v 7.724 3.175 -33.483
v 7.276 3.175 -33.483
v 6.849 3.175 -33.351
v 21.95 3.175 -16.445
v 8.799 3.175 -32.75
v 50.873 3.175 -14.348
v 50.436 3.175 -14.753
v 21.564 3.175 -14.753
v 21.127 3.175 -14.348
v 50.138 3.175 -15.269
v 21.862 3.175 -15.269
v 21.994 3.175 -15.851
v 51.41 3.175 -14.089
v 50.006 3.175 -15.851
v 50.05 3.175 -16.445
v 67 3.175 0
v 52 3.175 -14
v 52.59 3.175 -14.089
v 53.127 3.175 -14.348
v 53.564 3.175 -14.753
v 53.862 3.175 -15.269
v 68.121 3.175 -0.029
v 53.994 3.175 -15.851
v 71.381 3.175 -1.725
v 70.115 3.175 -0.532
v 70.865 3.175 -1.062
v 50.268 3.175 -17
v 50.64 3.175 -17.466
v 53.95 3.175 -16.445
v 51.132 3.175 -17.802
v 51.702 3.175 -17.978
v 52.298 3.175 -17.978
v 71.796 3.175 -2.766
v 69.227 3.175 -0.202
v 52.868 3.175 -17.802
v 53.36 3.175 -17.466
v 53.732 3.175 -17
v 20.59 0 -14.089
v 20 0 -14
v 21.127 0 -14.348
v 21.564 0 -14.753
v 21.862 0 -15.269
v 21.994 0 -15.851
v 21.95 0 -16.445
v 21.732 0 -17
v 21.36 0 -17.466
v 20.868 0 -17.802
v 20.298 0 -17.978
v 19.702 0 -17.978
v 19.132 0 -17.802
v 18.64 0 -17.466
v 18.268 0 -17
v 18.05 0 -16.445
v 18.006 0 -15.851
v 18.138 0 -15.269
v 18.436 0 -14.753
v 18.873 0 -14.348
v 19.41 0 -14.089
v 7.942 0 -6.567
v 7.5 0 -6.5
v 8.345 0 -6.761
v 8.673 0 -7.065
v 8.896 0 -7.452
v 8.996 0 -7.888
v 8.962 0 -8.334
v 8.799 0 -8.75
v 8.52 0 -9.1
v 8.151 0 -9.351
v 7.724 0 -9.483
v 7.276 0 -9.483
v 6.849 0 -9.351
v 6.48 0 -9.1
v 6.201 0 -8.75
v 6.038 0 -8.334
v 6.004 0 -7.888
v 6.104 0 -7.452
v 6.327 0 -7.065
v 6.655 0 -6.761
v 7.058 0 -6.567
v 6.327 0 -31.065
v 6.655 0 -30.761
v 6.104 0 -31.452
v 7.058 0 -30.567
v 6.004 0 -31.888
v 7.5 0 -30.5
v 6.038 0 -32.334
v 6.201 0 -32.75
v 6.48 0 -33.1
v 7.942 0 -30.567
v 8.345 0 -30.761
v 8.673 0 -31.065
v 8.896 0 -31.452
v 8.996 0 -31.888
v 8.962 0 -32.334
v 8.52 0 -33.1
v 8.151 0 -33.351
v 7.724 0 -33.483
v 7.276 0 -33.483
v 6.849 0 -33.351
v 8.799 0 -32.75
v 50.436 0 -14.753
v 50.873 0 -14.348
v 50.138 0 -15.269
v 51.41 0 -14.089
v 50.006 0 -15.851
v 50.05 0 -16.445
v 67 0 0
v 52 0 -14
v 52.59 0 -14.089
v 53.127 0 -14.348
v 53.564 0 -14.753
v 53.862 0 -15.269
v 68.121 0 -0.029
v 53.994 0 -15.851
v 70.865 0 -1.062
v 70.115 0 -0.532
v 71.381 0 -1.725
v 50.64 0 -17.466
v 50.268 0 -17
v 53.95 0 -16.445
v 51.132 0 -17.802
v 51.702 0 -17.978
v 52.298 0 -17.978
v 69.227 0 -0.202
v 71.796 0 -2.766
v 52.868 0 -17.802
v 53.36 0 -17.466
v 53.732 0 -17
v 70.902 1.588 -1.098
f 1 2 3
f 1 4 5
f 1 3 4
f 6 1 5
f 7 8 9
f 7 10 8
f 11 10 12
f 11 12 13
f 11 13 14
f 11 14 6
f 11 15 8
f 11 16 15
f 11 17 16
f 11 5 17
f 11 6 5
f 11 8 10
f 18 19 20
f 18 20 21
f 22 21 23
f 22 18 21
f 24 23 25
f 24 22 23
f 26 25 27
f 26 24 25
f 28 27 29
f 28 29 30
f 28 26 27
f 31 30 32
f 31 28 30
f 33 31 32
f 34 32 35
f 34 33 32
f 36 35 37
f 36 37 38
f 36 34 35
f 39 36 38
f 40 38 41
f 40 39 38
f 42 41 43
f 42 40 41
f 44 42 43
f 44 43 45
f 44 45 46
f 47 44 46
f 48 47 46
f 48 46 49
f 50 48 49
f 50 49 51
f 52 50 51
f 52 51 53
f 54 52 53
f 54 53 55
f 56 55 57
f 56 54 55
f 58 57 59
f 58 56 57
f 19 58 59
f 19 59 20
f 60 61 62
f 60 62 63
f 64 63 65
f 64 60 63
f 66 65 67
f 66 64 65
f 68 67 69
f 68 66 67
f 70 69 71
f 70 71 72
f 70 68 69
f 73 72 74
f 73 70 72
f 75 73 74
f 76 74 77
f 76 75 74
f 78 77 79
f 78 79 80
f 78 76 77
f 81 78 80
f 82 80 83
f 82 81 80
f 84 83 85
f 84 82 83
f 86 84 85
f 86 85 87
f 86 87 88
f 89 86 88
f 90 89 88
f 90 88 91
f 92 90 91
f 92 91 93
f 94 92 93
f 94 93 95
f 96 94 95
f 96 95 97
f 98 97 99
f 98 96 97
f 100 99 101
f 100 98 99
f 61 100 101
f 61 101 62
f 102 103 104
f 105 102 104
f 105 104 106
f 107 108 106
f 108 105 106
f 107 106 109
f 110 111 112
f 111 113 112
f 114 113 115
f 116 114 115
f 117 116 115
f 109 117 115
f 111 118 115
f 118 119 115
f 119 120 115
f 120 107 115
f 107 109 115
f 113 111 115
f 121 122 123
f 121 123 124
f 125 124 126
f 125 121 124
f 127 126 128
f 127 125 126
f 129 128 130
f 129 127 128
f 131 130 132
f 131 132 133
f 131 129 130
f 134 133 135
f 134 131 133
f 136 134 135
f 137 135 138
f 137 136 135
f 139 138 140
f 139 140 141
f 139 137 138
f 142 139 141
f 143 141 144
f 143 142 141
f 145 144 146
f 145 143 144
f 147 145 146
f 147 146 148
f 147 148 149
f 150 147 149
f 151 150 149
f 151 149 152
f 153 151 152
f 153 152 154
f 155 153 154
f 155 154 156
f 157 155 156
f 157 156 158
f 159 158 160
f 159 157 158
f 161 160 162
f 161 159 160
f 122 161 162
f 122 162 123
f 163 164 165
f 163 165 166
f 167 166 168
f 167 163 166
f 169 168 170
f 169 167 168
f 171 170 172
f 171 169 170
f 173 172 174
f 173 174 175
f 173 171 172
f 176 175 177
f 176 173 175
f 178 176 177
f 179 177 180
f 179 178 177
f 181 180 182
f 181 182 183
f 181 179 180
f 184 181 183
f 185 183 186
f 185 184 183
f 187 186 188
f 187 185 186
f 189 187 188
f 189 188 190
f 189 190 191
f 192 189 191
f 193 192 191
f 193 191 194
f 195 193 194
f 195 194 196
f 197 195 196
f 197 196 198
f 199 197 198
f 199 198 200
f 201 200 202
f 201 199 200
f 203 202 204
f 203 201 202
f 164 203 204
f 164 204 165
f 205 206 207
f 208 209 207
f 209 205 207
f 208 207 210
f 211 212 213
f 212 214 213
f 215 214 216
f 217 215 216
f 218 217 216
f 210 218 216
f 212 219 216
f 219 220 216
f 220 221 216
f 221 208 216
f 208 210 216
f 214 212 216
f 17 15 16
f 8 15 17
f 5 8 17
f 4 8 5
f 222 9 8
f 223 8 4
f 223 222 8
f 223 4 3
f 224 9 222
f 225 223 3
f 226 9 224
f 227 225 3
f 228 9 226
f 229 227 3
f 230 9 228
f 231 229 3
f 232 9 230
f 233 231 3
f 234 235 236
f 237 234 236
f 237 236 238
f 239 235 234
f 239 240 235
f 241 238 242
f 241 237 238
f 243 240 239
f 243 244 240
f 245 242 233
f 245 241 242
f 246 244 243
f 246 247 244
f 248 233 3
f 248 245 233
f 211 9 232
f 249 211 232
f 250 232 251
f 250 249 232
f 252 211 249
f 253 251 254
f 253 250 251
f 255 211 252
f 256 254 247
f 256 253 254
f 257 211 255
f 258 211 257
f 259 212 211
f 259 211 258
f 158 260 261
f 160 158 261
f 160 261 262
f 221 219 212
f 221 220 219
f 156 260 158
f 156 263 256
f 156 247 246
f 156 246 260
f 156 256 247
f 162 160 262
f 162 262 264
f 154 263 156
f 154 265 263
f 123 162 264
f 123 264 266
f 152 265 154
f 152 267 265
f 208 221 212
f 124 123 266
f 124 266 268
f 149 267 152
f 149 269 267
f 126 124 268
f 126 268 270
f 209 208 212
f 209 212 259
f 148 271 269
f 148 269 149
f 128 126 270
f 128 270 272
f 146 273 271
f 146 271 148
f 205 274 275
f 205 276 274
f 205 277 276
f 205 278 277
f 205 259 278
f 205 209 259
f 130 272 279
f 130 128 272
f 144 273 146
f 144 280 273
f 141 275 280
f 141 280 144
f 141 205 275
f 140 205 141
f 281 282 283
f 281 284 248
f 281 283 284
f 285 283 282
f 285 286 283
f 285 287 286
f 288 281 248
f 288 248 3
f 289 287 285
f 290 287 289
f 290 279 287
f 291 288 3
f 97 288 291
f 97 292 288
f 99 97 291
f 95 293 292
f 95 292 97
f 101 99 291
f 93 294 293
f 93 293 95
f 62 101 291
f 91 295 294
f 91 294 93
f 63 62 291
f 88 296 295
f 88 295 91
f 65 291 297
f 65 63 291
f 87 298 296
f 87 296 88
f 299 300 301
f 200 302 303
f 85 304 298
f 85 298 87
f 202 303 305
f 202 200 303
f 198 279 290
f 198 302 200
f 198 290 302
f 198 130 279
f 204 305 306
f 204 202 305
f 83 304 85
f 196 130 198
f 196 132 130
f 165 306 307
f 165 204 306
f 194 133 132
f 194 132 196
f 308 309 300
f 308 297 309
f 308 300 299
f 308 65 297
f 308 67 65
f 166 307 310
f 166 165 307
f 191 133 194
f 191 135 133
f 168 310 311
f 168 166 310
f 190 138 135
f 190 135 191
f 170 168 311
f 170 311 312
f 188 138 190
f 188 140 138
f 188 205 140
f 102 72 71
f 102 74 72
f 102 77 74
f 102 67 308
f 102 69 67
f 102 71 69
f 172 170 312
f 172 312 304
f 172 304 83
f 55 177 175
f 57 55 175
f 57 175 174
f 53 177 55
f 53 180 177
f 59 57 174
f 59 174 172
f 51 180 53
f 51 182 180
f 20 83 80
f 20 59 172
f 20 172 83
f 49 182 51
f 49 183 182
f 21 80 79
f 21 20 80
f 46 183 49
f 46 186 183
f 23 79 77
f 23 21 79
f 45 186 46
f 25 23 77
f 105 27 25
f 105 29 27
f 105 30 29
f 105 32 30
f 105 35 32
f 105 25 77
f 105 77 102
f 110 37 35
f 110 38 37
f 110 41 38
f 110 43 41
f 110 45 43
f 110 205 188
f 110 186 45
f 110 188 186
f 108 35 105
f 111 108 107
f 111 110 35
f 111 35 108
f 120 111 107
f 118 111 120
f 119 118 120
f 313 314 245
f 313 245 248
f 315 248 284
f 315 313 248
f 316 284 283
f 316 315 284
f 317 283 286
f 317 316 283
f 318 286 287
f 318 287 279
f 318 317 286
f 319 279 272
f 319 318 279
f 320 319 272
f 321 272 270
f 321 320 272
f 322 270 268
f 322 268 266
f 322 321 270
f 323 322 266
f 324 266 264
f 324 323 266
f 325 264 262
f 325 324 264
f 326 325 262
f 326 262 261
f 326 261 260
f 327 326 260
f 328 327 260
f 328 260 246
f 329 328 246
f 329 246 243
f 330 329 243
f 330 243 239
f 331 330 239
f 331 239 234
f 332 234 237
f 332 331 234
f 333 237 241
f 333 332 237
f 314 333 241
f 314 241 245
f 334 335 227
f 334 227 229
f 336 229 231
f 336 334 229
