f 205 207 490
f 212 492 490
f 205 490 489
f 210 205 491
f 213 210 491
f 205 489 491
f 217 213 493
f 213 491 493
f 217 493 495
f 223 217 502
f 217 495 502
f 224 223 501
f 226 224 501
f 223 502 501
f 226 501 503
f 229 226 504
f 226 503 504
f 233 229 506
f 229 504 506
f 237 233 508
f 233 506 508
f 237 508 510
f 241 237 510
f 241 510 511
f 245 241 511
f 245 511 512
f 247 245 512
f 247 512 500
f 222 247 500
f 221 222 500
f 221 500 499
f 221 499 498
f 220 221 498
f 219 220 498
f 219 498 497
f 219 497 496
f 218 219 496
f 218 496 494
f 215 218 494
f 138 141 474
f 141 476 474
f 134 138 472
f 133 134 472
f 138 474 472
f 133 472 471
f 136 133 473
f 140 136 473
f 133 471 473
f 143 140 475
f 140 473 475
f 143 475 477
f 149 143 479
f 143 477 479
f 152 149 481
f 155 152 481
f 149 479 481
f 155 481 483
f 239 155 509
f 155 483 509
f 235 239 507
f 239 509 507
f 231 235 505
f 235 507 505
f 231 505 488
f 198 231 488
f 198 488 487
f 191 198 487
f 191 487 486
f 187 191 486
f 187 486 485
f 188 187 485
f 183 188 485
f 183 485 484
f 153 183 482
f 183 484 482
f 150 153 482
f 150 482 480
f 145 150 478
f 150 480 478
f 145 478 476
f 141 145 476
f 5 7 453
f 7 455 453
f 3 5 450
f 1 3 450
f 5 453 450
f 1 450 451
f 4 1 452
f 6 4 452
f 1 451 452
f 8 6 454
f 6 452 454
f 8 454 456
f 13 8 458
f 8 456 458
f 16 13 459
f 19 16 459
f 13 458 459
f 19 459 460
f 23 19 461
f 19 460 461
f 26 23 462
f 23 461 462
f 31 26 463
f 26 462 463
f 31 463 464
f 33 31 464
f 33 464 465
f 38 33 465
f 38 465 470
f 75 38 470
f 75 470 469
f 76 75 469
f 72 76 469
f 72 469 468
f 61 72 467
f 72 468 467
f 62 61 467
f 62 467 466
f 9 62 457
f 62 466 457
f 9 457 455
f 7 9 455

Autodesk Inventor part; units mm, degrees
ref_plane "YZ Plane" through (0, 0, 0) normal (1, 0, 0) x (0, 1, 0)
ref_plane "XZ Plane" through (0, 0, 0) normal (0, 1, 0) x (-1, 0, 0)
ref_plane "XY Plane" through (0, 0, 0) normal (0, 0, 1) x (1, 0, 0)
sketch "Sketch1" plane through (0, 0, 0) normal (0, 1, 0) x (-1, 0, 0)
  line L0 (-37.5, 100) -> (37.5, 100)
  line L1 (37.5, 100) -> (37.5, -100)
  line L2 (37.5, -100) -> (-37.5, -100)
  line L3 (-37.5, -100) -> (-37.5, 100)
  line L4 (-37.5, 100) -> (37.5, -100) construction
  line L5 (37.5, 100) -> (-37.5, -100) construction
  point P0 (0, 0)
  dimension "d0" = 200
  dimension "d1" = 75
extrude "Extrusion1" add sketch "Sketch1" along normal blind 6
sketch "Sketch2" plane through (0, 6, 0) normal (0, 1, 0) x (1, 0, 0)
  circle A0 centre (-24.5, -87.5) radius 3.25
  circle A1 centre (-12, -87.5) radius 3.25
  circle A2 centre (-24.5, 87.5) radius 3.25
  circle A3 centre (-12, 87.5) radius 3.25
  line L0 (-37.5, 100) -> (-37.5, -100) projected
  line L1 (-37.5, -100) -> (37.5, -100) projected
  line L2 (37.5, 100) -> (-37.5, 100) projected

# Task prompt:
Look through the listing, and copy each line that contains the word "centre".

# Answer to the exercise:
  circle A0 centre (-24.5, -87.5) radius 3.25
  circle A1 centre (-12, -87.5) radius 3.25
  circle A2 centre (-24.5, 87.5) radius 3.25
  circle A3 centre (-12, 87.5) radius 3.25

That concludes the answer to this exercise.